Convert between timezones using Java code in a tJavaRow component:
String pattern = "yyyy-MM-dd";
log.info(TalendDate.formatDate(pattern, input_row.startDate));
output_row.startDateUTC = TalendDate.parseDateInUTC("yyyy-MM-dd zzz",
TalendDate.formatDate("yyyy-MM-dd", input_row.startDate)+" UTC");
For more information about data behavior, see Your Calendrical Fallacy Is....
byte[] / binary
This data type is most commonly used with images, BLOB, and other binary data.
However, some components might handle the binary format in Base64 encoded format
represented as Strings. The most common mistake related to this type is when Object is
used instead, which displays something like @[aaa123
in the logs,
because the Object ID instead of the Object value is returned when
.toString()
is used on an Object.
Object
Another name for this data type could be Other
. It can represent any
data type in Java that is explained above. This can be useful to represent some special
types, for example, timestamp.
However, to access all the available information, you must cast it to its original type.
Comparison
==
format.
However, other data types, such as String, should be compared using the
.equals()
or .compareTo()
functions.
Common mistakes:
context.value == "foo"
will not work.
context.value.equals("foo")
could lead to NullPointerException. However,
"foo".equals(context.value)
will result in false in case the value
is null.
Special data types
Snowflake - Geography type
Snowflake supports geography type. However, Talend does not support it out of the box.

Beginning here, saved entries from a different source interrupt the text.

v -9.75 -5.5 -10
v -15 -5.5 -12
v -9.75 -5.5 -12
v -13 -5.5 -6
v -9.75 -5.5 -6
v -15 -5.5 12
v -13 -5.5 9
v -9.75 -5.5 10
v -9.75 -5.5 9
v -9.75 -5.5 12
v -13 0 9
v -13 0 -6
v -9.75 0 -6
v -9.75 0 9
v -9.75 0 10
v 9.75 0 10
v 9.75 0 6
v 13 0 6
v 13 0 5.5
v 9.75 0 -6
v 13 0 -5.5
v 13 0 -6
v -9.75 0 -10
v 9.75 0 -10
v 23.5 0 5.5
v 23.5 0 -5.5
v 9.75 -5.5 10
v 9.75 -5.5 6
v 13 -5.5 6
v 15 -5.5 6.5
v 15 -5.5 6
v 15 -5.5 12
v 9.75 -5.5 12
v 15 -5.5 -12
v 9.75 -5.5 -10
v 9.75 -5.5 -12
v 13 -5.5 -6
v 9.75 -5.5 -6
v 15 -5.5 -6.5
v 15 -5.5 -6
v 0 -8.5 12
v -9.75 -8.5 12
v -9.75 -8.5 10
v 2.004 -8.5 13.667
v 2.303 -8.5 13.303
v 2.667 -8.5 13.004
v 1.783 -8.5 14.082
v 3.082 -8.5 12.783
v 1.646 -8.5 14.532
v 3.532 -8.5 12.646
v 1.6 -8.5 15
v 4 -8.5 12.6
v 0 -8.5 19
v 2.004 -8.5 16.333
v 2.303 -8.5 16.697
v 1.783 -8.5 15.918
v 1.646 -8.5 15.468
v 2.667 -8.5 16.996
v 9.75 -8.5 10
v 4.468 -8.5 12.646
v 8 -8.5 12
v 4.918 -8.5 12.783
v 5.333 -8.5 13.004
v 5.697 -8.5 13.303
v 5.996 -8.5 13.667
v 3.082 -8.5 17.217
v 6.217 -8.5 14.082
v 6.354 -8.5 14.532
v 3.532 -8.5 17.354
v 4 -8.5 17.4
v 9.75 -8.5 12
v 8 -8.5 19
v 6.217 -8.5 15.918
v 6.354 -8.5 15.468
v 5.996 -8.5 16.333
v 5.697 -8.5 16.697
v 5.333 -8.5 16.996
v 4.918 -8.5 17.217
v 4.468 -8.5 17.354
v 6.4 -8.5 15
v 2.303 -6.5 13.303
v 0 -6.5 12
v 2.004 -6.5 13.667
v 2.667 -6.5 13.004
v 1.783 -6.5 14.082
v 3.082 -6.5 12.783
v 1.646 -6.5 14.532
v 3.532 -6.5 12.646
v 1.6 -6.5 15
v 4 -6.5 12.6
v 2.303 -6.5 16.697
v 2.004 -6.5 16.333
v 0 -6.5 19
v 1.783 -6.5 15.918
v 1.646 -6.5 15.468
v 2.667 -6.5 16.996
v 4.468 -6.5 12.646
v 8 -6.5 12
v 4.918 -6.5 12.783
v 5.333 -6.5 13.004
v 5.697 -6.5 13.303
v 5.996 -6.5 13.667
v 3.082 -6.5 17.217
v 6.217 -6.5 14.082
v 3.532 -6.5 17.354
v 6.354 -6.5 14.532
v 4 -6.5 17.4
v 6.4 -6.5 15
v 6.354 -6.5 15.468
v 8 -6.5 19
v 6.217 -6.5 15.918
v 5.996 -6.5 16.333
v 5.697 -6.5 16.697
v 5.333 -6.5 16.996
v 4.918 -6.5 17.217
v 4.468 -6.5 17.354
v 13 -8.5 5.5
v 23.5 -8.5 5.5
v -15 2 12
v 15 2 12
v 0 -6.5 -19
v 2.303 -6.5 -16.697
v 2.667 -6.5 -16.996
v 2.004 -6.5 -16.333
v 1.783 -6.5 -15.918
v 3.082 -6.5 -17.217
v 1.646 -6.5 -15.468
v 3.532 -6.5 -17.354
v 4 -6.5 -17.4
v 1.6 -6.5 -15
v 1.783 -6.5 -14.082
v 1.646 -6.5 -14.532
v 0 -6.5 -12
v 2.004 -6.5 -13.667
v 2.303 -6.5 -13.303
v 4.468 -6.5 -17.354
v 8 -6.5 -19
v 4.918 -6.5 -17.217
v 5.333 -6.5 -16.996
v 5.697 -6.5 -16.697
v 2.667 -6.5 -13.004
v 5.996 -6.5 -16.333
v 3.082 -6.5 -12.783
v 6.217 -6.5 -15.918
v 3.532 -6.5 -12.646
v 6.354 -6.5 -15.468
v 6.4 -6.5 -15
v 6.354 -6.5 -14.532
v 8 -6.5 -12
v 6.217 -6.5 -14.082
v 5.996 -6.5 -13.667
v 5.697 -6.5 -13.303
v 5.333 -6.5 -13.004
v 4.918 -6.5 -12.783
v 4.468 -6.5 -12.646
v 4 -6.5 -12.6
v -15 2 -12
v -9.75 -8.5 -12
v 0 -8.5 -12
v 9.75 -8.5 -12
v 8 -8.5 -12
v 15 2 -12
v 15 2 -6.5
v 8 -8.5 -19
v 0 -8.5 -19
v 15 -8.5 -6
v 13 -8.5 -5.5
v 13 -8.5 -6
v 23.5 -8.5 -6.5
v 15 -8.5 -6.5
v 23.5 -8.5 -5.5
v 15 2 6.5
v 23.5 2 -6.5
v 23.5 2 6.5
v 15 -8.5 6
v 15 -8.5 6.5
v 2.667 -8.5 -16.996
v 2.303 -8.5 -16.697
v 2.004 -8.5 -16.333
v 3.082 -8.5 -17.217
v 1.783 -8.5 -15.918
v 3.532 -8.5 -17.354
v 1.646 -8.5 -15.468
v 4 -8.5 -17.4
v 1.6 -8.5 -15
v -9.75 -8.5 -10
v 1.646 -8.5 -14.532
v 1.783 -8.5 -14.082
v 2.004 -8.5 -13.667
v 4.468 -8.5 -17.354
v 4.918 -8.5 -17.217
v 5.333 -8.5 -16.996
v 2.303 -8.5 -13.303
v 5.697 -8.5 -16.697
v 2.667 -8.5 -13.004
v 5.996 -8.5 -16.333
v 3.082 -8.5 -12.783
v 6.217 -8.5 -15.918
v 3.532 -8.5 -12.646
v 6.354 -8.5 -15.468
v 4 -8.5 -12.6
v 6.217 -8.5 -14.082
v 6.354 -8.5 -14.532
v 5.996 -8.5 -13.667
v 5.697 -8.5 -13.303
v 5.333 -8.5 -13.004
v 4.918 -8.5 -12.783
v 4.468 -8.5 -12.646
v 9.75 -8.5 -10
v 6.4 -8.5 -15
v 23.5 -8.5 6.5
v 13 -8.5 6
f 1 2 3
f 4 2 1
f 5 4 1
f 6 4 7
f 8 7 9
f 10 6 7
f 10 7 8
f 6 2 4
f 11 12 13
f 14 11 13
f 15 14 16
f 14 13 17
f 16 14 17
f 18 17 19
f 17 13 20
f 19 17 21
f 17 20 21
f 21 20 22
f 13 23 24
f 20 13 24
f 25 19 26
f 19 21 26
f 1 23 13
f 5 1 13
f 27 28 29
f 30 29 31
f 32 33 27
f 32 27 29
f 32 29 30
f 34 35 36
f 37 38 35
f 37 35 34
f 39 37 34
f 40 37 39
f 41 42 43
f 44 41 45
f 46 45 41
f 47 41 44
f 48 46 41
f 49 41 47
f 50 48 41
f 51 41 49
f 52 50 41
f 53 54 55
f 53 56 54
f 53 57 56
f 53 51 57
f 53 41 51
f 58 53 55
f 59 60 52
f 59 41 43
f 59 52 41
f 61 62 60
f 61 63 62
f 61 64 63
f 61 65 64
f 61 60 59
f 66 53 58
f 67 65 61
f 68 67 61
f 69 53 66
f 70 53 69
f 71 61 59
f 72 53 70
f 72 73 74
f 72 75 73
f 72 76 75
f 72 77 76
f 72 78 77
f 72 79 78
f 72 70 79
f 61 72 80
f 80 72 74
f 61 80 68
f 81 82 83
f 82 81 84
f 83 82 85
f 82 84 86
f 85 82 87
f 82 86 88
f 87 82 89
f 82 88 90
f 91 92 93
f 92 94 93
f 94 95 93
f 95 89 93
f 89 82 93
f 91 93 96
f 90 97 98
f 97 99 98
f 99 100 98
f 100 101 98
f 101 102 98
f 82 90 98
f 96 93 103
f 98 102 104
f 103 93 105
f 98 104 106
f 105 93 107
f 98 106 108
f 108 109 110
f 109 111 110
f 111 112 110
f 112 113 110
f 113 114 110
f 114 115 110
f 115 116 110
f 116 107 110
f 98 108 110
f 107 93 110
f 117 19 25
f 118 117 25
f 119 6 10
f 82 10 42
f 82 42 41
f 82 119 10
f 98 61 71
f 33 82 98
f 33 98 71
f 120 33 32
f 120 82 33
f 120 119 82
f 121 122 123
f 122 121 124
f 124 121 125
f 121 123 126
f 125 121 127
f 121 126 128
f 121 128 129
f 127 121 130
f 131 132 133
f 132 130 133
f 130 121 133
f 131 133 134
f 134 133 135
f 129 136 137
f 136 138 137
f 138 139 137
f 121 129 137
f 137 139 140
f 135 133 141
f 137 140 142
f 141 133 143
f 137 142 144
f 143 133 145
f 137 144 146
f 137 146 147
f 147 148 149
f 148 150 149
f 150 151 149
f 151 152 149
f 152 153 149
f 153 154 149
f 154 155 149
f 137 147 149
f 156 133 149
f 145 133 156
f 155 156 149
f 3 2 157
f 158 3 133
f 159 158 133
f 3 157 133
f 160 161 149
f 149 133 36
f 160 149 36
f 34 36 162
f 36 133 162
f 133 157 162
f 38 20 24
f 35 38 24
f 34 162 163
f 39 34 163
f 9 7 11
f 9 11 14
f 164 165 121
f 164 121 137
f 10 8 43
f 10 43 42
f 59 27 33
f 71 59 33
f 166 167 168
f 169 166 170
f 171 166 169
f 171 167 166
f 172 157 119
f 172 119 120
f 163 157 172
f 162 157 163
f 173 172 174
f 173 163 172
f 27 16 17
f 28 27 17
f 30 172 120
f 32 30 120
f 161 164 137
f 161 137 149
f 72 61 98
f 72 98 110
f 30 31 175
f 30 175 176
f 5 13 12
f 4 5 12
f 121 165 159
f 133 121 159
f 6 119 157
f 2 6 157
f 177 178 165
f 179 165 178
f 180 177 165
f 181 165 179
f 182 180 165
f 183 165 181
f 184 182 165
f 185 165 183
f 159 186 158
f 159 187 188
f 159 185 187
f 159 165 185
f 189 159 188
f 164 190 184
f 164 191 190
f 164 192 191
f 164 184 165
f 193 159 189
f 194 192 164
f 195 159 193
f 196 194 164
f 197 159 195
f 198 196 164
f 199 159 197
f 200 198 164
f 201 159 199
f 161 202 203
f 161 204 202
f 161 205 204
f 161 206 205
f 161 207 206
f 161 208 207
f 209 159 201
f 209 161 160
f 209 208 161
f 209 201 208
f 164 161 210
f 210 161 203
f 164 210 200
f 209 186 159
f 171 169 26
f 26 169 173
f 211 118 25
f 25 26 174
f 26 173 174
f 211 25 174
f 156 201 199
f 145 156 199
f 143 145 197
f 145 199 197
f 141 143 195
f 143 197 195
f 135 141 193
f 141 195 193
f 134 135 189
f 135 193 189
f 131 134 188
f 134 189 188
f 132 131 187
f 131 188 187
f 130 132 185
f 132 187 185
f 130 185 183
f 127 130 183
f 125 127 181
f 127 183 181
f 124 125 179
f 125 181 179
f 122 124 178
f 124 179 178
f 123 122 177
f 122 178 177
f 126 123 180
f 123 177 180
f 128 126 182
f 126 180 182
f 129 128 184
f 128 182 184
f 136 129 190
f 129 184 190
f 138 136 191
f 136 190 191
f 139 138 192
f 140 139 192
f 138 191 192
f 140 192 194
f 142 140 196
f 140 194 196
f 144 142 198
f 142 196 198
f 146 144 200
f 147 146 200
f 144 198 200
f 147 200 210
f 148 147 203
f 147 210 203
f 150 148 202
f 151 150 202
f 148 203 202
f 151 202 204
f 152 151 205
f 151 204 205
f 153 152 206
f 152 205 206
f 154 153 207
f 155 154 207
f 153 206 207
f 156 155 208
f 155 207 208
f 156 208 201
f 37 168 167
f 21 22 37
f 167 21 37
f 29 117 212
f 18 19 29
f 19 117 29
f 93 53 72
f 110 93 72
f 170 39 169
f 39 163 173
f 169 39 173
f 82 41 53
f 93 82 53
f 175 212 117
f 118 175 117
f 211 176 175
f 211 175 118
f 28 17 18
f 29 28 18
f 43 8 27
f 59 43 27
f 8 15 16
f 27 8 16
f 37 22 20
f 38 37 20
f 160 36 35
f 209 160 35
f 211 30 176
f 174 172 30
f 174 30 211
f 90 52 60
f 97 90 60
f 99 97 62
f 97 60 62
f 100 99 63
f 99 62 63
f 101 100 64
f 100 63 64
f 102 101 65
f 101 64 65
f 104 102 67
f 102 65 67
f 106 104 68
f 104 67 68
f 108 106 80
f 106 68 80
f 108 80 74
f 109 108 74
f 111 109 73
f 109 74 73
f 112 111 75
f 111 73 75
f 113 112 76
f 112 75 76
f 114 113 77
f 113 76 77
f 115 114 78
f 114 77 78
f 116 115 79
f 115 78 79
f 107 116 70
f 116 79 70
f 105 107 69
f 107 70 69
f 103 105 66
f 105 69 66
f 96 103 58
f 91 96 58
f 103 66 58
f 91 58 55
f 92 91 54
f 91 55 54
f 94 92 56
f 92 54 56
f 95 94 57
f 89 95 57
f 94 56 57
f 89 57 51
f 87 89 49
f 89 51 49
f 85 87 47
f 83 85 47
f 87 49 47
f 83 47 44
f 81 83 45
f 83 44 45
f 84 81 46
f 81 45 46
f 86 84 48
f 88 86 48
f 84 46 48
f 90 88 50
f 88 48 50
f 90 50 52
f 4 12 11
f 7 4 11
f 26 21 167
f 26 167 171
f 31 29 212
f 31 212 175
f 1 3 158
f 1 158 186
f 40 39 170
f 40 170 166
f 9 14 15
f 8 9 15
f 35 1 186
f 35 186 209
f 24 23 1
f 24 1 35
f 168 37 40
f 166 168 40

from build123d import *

# Parameters (mm, degrees)
SKETCH_1_W          = 30
SKETCH_1_H          = 24
EXTRUDE_1_DEPTH     = 2
SKETCH_2_W          = 19.5
SKETCH_2_H          = 2
SKETCH_2_W_2        = 2
SKETCH_2_H_2        = 0.5
SKETCH_2_H_3        = 12
EXTRUDE_2_DEPTH     = 5.5
SKETCH_3_W          = 19.5
SKETCH_3_H          = 2
SKETCH_3_W_2        = 2
SKETCH_3_H_2        = 0.5
EXTRUDE_3_DEPTH     = 3
SKETCH_4_W          = 8.5
SKETCH_4_H          = 13
EXTRUDE_4_DEPTH     = 2
SKETCH_5_W          = 8.5
SKETCH_5_H          = 1
EXTRUDE_5_DEPTH     = 8.5
SKETCH_6_W          = 8
SKETCH_6_H          = 7
SKETCH_6_R          = 2.4
EXTRUDE_6_DEPTH     = 2
SKETCH_7_W          = 3.25
SKETCH_7_H          = 3
CUT_EXTRUDE_1_DEPTH = 5.5


with BuildPart() as part:
    # 草图1 → 凸台-拉伸1 (new body)
    with BuildSketch(Plane(origin=(0, 0, 0), x_dir=(1, 0, 0), z_dir=(0, 1, 0))):
        Rectangle(SKETCH_1_W, SKETCH_1_H)
    extrude(amount=EXTRUDE_1_DEPTH)

    # 草图2 → 凸台-拉伸2 (add)
    with BuildSketch(Plane.XZ):
        Polygon((-9.75, 12), (-15, 12), (-15, 6), (-13, 6), (-9.75, 6), (-9.75, 10), align=None)
        with Locations((0, 11)):
            Rectangle(SKETCH_2_W, SKETCH_2_H)
        Polygon((15, 12), (9.75, 12), (9.75, 10), (9.75, 6), (13, 6), (15, 6), align=None)
        with Locations((14, 5.75)):
            Rectangle(SKETCH_2_W_2, SKETCH_2_H_2)
        with Locations((14, -5.75)):
            Rectangle(SKETCH_2_W_2, SKETCH_2_H_2)
        Polygon((9.75, -10), (9.75, -12), (15, -12), (15, -6), (13, -6), (9.75, -6), align=None)
        with Locations((0, -11)):
            Rectangle(SKETCH_2_W, SKETCH_2_H)
        Polygon((-13, -6), (-15, -6), (-15, -12), (-9.75, -12), (-9.75, -10), (-9.75, -6), align=None)
        with Locations((-14, 0)):
            Rectangle(SKETCH_2_W_2, SKETCH_2_H_3)
    extrude(amount=EXTRUDE_2_DEPTH)

    # 草图3 → 凸台-拉伸3 (add)
    with BuildSketch(Plane.XZ.offset(5.5)):
        with Locations((0, 11)):
            Rectangle(SKETCH_3_W, SKETCH_3_H)
        with Locations((0, -11)):
            Rectangle(SKETCH_3_W, SKETCH_3_H)
        with Locations((14, -5.75)):
            Rectangle(SKETCH_3_W_2, SKETCH_3_H_2)
        with Locations((14, 5.75)):
            Rectangle(SKETCH_3_W_2, SKETCH_3_H_2)
    extrude(amount=EXTRUDE_3_DEPTH)

    # 草图4 → 凸台-拉伸4 (add)
    with BuildSketch(Plane(origin=(0, 2, 0), x_dir=(1, 0, 0), z_dir=(0, 1, 0))):
        with Locations((19.25, 0)):
            Rectangle(SKETCH_4_W, SKETCH_4_H)
    extrude(amount=-EXTRUDE_4_DEPTH)

    # 草图5 → 凸台-拉伸5 (add)
    with BuildSketch(Plane.XZ):
        with Locations((19.25, 6)):
            Rectangle(SKETCH_5_W, SKETCH_5_H)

For more information about converting Strings to geography type, see the Snowflake documentation Geospatial Data Types.
By automatically applying the TO_GEOGRAPHY function, you can create a schema and test the data using a tFixedFlowInput component.
By defining your input schema as shown above and having the geography data represented by the following String:
POINT(-122.35 37.55)
The Snowflake table is defined like this:
create table "SAMPLEGEO" (str1 text, str2 geography, int1 number);
Using the tSnowflakeOutputBulkExec component results in the following:
Notice that the Talend String type is converted to geography in Snowflake.
If you are using String or Object data types, it is always worth checking if the special or exotic data types can be loaded into the database.